The variety of geometric forms that are met with in naturally occurring and artificially produced crystals is practically infinite. They are, however, susceptible of a classification, based upon their development with respect to certain imaginary planes, called the planes of symmetry. These are planes cut through the crystal in such a manner, that the divided portions are the mirrored reflections the one of the other, the mirror being the plane itself. All crystals may be referred to one or other of six great families, according to their symmetry, known as crystallographic systems. I. The Regular system. Crystals belonging to this system have nine planes of symmetry, namely, three principal planes at right angles to each other, and six others which

intersect one another at angles of 60°. Forms of this system (such, for example, as the cube) possess the highest possible order of symmetry.

II. The Hexagonal system. Crystals having seven planes of symmetry, namely, one principal plane, normal to a vertical axis in the crystal, and six other planes at right angles to the principal plane, and intersecting each other at angles of 30°.

III. The Quadratic system. Embracing crystals having five planes of symmetry, namely, one principal plane, normal to a vertical axis in the crystal, and four other planes at right angles to the principal plane, and intersecting each other at angles of 45°.

IV. The Rhombic system. Including crystals having three planes of symmetry at right angles to each other.

V. The Monosymmetric or Monoclinic system. Crystals with only one plane of symmetry.

VI. The Asymmetric or Triclinic system. Including crystals which have no plane of symmetry. The forms belonging

to this system having symmetry with respect to a point only.

This system of classification brings the various crystalline forms into direct relations with many of the physical properties possessed by crystals, such, for example, as their optical characters: thus, in the Regular system, the crystals in their normal condition are singly refracting crystals—they are said to be isotropic. In the Hexagonal and Quadratic systems they are optically uniaxial; while in the Rhombic, Monosymmetric, and Asymmetric systems they are all optically biaxial.

*

All crystals may be regarded as derivations from certain typical forms belonging to one of these six systems. One of the simplest forms of each system is the double pyramid, which in the hexagonal system takes the shape of a double six-sided pyramid, and in the remaining systems that of a double four-sided pyramid, or octahedron. Thus we have the regular octahedron, the quadratic octahedron, the rhombic octahedron, and so on.

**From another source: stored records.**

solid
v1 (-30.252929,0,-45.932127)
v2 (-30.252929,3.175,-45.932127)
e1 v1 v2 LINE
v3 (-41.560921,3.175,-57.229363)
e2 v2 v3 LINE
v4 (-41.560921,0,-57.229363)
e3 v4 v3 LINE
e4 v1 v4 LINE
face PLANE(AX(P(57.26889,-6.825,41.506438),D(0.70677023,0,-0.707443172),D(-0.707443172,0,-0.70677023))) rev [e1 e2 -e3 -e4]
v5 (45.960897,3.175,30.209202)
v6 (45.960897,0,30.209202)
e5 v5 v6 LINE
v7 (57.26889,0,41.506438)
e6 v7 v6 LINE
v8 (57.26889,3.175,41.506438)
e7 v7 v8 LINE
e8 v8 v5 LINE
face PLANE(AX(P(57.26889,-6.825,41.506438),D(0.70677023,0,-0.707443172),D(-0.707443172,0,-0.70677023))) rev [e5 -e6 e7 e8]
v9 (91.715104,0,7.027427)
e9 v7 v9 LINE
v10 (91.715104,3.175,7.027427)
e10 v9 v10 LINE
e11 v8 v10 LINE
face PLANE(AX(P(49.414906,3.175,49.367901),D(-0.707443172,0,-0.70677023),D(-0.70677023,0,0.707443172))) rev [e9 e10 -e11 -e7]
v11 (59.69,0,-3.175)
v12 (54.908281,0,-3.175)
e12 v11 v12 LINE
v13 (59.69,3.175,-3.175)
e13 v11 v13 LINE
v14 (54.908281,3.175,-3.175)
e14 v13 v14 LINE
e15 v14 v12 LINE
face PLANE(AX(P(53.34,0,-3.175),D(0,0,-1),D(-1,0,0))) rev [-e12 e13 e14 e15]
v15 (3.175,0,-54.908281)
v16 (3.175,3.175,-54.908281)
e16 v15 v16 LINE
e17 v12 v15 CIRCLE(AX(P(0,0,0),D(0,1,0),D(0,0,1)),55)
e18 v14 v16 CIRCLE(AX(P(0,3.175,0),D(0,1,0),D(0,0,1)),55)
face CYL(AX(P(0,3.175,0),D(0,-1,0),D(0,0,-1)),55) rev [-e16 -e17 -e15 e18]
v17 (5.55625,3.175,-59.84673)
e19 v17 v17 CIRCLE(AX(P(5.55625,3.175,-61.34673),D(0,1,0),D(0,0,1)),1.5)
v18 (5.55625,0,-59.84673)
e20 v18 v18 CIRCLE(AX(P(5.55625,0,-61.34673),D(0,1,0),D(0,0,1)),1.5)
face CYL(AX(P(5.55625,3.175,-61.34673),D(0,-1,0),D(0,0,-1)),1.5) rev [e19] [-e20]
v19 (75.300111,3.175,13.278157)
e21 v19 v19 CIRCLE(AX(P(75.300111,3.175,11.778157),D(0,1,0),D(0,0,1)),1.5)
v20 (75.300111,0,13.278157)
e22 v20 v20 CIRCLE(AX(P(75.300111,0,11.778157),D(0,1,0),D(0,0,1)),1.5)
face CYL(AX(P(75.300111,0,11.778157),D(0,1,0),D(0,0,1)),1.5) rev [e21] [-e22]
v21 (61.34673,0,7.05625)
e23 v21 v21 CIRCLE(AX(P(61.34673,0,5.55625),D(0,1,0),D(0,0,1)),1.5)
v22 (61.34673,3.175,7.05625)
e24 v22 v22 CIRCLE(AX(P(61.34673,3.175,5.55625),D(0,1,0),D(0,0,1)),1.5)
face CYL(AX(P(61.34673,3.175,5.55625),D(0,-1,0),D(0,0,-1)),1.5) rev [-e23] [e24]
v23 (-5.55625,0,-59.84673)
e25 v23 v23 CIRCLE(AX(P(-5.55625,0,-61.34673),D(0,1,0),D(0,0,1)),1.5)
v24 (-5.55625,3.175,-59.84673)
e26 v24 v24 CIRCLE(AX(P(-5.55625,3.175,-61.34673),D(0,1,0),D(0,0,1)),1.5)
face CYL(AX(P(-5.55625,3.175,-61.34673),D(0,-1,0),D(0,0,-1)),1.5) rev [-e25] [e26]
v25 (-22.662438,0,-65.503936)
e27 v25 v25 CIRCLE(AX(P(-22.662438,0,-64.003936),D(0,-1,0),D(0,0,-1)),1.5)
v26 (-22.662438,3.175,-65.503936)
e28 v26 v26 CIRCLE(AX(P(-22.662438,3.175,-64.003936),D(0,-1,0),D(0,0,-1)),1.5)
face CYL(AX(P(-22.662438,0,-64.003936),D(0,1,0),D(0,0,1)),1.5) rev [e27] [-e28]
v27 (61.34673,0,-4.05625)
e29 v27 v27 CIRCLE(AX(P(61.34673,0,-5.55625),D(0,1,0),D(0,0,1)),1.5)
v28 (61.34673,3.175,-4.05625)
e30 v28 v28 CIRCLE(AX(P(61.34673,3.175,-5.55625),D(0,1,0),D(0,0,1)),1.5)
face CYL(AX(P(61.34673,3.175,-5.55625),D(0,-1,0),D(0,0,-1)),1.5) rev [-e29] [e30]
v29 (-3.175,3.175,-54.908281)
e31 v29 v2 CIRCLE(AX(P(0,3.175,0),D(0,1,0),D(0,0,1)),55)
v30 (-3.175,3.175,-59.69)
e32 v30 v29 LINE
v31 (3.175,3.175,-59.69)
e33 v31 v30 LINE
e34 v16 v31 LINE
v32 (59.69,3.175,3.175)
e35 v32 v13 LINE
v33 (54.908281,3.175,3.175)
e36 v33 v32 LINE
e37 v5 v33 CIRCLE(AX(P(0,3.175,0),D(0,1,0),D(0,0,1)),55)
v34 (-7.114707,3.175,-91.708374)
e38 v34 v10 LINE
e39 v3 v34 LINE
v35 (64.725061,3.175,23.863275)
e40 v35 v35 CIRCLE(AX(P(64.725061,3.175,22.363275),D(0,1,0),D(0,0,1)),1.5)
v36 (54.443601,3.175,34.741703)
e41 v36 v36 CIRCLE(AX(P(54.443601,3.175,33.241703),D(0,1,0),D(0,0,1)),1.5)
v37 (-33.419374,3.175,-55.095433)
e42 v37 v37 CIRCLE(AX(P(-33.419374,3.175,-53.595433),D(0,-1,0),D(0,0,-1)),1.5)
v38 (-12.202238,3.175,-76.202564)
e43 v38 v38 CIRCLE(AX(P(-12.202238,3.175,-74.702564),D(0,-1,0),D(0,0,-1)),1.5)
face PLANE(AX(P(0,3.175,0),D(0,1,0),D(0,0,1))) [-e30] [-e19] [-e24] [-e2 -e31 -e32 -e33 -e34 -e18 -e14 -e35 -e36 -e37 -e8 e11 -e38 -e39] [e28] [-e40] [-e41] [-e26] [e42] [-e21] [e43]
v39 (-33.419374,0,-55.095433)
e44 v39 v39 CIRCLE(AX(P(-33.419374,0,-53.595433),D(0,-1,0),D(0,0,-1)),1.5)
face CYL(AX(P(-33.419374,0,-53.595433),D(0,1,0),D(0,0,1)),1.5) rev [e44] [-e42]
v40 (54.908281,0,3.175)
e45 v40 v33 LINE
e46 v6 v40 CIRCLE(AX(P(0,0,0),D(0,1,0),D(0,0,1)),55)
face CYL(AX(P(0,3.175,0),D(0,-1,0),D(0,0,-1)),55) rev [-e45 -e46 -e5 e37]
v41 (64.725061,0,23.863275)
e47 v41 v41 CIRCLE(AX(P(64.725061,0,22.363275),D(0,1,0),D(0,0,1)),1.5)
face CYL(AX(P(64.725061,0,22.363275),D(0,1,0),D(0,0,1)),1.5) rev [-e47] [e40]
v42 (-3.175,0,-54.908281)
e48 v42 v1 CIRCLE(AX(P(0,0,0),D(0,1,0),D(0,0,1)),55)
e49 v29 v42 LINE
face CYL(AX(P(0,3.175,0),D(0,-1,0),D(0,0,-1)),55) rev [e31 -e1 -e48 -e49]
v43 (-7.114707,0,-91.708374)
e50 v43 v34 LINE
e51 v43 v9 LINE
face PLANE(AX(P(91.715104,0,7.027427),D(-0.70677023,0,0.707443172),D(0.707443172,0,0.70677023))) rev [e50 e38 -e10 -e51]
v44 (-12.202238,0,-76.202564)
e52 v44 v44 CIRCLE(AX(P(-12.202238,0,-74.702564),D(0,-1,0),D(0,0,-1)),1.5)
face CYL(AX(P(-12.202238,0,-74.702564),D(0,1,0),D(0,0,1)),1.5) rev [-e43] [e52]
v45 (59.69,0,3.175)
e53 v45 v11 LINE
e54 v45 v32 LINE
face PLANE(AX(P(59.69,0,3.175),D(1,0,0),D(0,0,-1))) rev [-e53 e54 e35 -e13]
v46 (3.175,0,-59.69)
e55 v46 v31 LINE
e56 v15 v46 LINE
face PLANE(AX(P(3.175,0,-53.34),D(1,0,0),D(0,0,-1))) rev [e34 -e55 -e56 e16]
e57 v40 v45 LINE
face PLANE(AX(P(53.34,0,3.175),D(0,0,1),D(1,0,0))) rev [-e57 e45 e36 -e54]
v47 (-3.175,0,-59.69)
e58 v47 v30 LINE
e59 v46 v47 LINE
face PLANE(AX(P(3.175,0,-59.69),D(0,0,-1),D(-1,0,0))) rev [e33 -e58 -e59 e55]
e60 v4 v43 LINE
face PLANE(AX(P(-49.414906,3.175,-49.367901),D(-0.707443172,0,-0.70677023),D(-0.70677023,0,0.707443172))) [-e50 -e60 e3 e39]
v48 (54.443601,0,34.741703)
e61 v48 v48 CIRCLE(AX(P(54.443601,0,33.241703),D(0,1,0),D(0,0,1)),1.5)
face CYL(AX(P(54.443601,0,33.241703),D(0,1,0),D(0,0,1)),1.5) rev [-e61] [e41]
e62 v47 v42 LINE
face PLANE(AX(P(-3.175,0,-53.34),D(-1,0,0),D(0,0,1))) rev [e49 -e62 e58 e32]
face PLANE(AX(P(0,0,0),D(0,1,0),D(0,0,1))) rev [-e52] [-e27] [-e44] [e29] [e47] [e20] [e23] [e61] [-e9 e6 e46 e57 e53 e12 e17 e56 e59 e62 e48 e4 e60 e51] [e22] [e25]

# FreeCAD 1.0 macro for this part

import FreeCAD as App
import Part
import Sketcher
Q = App.Units.Quantity


def add_polygon(sketch, points):
    """Adds a closed chain of lines whose ends are joined by coincident constraints."""
    first, n = sketch.GeometryCount, len(points)
    for a, b in zip(points, points[1:] + points[:1]):
        sketch.addGeometry(Part.LineSegment(App.Vector(*a, 0), App.Vector(*b, 0)), False)
    for i in range(n):
        sketch.addConstraint(Sketcher.Constraint("Coincident", first + i, 2, first + (i + 1) % n, 1))

doc = App.newDocument("Part")
params = doc.addObject("Spreadsheet::Sheet", "Params")
for row, (alias, value) in enumerate([
    ("sketch1_length", "5.5 in"),
    ("pad1_length", "0.125 in"),
    ("sketch2_width", "0.25 in"),
    ("sketch3_length", "5.5 in"),
    ("sketch3_length2", "2.75 in"),
    ("sketch4_length", "5.5 in"),
    ("sketch6_length", "5.5 in"),
    ("sketch6_length2", "0.4375 in"),
    ("pocket5_length", "10 mm"),
], start=1):
    params.set(f"A{row}", alias)
    params.set(f"B{row}", "=" + value)
    params.setAlias(f"B{row}", alias)

body = doc.addObject("PartDesign::Body", "Body")

sketch1 = body.newObject("Sketcher::SketchObject", "Sketch")
sketch1.AttachmentSupport = (doc.getObject("XZ_Plane"), [""])
sketch1.MapMode = "FlatFace"
add_polygon(sketch1, [(-98.782806, 0.047005), (0.047005, 98.782806), (98.782806, -0.047005), (-0.047005, -98.782806)])
sketch1.addGeometry(Part.Circle(App.Vector(5.55625, 61.34673, 0), App.Vector(0, 0, 1), 1.5), False)
sketch1.addGeometry(Part.Circle(App.Vector(61.34673, 5.55625, 0), App.Vector(0, 0, 1), 1.5), False)
sketch1.addGeometry(Part.Circle(App.Vector(-5.55625, 61.34673, 0), App.Vector(0, 0, 1), 1.5), False)
sketch1.addGeometry(Part.Circle(App.Vector(-61.34673, 5.55625, 0), App.Vector(0, 0, 1), 1.5), False)
sketch1.addGeometry(Part.Circle(App.Vector(61.34673, -5.55625, 0), App.Vector(0, 0, 1), 1.5), False)
sketch1.addGeometry(Part.Circle(App.Vector(5.55625, -61.34673, 0), App.Vector(0, 0, 1), 1.5), False)
sketch1.addGeometry(Part.Circle(App.Vector(0, 0, 0), App.Vector(0, 0, 1), 55), False)
sketch1.addGeometry(Part.Circle(App.Vector(-61.34673, -5.55625, 0), App.Vector(0, 0, 1), 1.5), False)
sketch1.addGeometry(Part.Circle(App.Vector(-5.55625, -61.34673, 0), App.Vector(0, 0, 1), 1.5), False)
sketch1.addConstraint([
    Sketcher.Constraint("Coincident", 10, 3, -1, 1),
    Sketcher.Constraint("Equal", 4, 5),
    Sketcher.Constraint("Equal", 5, 6),
    Sketcher.Constraint("Equal", 6, 7),
    Sketcher.Constraint("Equal", 7, 8),
    Sketcher.Constraint("Equal", 8, 9),
    Sketcher.Constraint("Equal", 9, 11),
    Sketcher.Constraint("Equal", 11, 12),
    Sketcher.Constraint("Symmetric", 7, 3, 8, 3, -1, 1),
    Sketcher.Constraint("Symmetric", 6, 3, 9, 3, -1, 1),
    Sketcher.Constraint("Symmetric", 5, 3, 11, 3, -1, 1),
    Sketcher.Constraint("Symmetric", 4, 3, 12, 3, -1, 1),
    Sketcher.Constraint("Symmetric", 0, 2, 2, 2, -1, 1),
    Sketcher.Constraint("Symmetric", 1, 2, 3, 2, -1, 1),
    Sketcher.Constraint("Symmetric", 4, 3, 6, 3, -2),
    Sketcher.Constraint("Symmetric", 5, 3, 7, 3, -2),
    Sketcher.Constraint("Perpendicular", 0, 1),
    Sketcher.Constraint("Equal", 0, 1),
    Sketcher.Constraint("Distance", 0, Q("5.5 in")),
    Sketcher.Constraint("Diameter", 4, Q("3 mm")),
    Sketcher.Constraint("Diameter", 10, Q("110 mm")),
    Sketcher.Constraint("DistanceX", -1, 1, 4, 3, Q("0.21875 in")),
    Sketcher.Constraint("DistanceY", -1, 1, 5, 3, Q("0.21875 in")),
    Sketcher.Constraint("DistanceY", -1, 1, 4, 3, Q("61.34673 mm")),
    Sketcher.Constraint("DistanceX", -1, 1, 5, 3, Q("61.34673 mm")),
    Sketcher.Constraint("DistanceX", -1, 1, 0, 2, Q("0.047005 mm")),
])
sketch1.setExpression("Constraints[22]", "Params.sketch1_length")
pad1 = body.newObject("PartDesign::Pad", "Pad")
pad1.Profile = sketch1
pad1.setExpression("Length", "Params.pad1_length")
pad1.Reversed = True

sketch2 = body.newObject("Sketcher::SketchObject", "Sketch001")
sketch2.AttachmentSupport = (doc.getObject("XZ_Plane"), [""])
sketch2.MapMode = "FlatFace"
sketch2.AttachmentOffset = App.Placement(App.Vector(0, 0, -0.125 * 25.4), App.Rotation())
add_polygon(sketch2, [(3.175, -59.69), (-3.175, -59.69), (-3.175, -52.244538), (3.175, -52.244538)])
add_polygon(sketch2, [(59.69, 3.175), (59.69, -3.175), (52.244538, -3.175), (52.244538, 3.175)])
add_polygon(sketch2, [(-3.175, 59.69), (3.175, 59.69), (3.175, 52.244538), (-3.175, 52.244538)])
add_polygon(sketch2, [(-59.69, -3.175), (-59.69, 3.175), (-52.244538, 3.175), (-52.244538, -3.175)])
sketch2.addConstraint([
    Sketcher.Constraint("Horizontal", 0),
    Sketcher.Constraint("Vertical", 1),
    Sketcher.Constraint("Horizontal", 2),
    Sketcher.Constraint("Vertical", 3),
    Sketcher.Constraint("Vertical", 4),
    Sketcher.Constraint("Horizontal", 5),
    Sketcher.Constraint("Vertical", 6),
    Sketcher.Constraint("Horizontal", 7),
    Sketcher.Constraint("Horizontal", 8),
    Sketcher.Constraint("Vertical", 9),
    Sketcher.Constraint("Horizontal", 10),
    Sketcher.Constraint("Vertical", 11),
    Sketcher.Constraint("Vertical", 12),
    Sketcher.Constraint("Horizontal", 13),
    Sketcher.Constraint("Vertical", 14),
    Sketcher.Constraint("Horizontal", 15),
    Sketcher.Constraint("Symmetric", 0, 2, 8, 2, -1, 1),
    Sketcher.Constraint("Symmetric", 2, 2, 10, 2, -1, 1),
    Sketcher.Constraint("Symmetric", 4, 2, 12, 2, -1, 1),
    Sketcher.Constraint("Symmetric", 6, 2, 14, 2, -1, 1),
    Sketcher.Constraint("Horizontal", 7, 2, 12, 2),
    Sketcher.Constraint("Vertical", 3, 2, 8, 2),
    Sketcher.Constraint("Equal", 15, 1),
    Sketcher.Constraint("Equal", 10, 4),
    Sketcher.Constraint("DistanceX", 0, 2, 0, 1, Q("0.25 in")),
    Sketcher.Constraint("DistanceY", 0, 2, -1, 1, Q("2.35 in")),
    Sketcher.Constraint("DistanceX", -1, 1, 4, 2, Q("2.35 in")),
    Sketcher.Constraint("DistanceX", 5, 2, 5, 1, Q("7.445462 mm")),
])
sketch2.setExpression("Constraints[40]", "Params.sketch2_width")
pocket1 = body.newObject("PartDesign::Pocket", "Pocket")
pocket1.Profile = sketch2
pocket1.Type = "ThroughAll"
pocket1.Reversed = True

By the development of certain related faces, the octahedron passes

* The study of the relations between the various derivatives and the simpler types forms a part of the science of crystallography, and falls outside the scope of a general chemical text-book.

L

into the prism, hence we get the quadratic prism, the rhombic prism, the hexagonal prism, &c. It will be obvious, therefore, that the description of a crystal as being prismatic, or octahedral, in form, is incomplete unless the particular system to which it is referred be also stated.

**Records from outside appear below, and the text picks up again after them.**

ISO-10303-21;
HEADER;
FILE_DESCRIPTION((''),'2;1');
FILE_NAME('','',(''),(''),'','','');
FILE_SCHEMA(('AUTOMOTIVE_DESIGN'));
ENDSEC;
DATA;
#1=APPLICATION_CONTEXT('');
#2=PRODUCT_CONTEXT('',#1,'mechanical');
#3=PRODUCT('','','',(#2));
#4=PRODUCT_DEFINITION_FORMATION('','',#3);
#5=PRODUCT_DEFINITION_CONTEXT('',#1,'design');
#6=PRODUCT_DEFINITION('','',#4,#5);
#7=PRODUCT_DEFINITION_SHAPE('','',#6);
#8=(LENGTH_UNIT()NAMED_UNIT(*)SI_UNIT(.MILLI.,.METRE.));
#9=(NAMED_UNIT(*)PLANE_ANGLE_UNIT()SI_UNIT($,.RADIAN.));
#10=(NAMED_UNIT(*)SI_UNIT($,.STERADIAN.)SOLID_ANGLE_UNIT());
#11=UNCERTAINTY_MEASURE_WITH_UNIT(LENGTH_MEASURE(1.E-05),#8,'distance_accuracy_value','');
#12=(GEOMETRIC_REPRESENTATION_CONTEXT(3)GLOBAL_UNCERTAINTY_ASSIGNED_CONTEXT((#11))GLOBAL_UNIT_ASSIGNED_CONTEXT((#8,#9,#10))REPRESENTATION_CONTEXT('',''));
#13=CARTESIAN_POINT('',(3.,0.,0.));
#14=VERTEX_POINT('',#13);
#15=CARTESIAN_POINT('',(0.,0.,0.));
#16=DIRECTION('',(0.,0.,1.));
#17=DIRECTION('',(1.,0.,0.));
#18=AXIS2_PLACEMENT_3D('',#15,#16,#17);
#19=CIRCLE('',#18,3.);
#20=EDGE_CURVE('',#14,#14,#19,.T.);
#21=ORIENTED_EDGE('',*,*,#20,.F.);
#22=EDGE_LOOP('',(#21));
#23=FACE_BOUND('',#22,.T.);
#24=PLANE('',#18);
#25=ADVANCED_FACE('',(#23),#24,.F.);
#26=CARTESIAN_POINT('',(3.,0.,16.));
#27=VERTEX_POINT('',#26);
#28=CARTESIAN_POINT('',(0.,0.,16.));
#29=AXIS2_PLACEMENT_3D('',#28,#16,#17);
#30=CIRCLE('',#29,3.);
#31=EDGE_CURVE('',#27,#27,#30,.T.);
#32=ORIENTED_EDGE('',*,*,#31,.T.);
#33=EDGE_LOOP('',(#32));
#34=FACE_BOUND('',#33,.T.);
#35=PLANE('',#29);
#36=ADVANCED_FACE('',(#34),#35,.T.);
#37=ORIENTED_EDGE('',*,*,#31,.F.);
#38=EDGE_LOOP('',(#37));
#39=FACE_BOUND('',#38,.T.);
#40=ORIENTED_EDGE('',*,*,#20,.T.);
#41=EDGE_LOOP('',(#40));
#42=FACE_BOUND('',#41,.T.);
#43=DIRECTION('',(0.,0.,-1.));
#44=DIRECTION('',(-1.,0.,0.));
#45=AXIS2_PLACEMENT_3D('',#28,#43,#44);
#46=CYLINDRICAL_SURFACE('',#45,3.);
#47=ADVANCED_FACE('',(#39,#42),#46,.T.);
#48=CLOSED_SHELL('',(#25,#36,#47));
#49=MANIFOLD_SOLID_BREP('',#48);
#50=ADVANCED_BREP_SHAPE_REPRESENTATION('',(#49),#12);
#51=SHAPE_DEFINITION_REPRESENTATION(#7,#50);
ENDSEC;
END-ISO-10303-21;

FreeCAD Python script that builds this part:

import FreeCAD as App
import Part
import Sketcher
from FreeCAD import Vector

doc = App.newDocument("Part")
body = doc.addObject("PartDesign::Body", "Body")

sketch1 = body.newObject("Sketcher::SketchObject", "Sketch")
sketch1.AttachmentSupport = (doc.getObject("XY_Plane"), [""])
sketch1.MapMode = "FlatFace"
sketch1.addGeometry(Part.Circle(Vector(0, 0, 0), Vector(0, 0, 1), 3), False)
sketch1.addConstraint([
    Sketcher.Constraint("Coincident", 0, 3, -1, 1),
    Sketcher.Constraint("Diameter", 0, 6.0),
])
pad1 = body.newObject("PartDesign::Pad", "Pad")
pad1.Profile = sketch1
pad1.Length = 16

doc.recompute()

Crystals, whether naturally occurring or artificially obtained, very seldom exhibit the perfect symmetry of the ideal form. By great care, however, in regulating the formation of a crystal, by the maintenance of a constant temperature, and controlling the rate of evaporation of the solvent, it is possible to cause crystals to grow in such a way that they will approach very closely to the ideal geometric form. Fig. 149* represents crystals of alum, in the form of regular octahedra, or double four-sided pyramids, which were obtained by careful crystallisation from aqueous solution; and it will be seen how near to the ideal they approach. In Fig. 110,* also, are seen illustrations of crystals of sulphur, in the form of rhombic octahedra. These crystals were produced by the carefully controlled deposition of the sulphur, from a solution of the element in carbon disulphide, and they illustrate the kind of variations in the form that are introduced by the development of new faces. Fig. 150* shows a group of naturally occurring crystals, namely, quartz, in the form of hexagonal prisms, terminating in hexagonal pyramids.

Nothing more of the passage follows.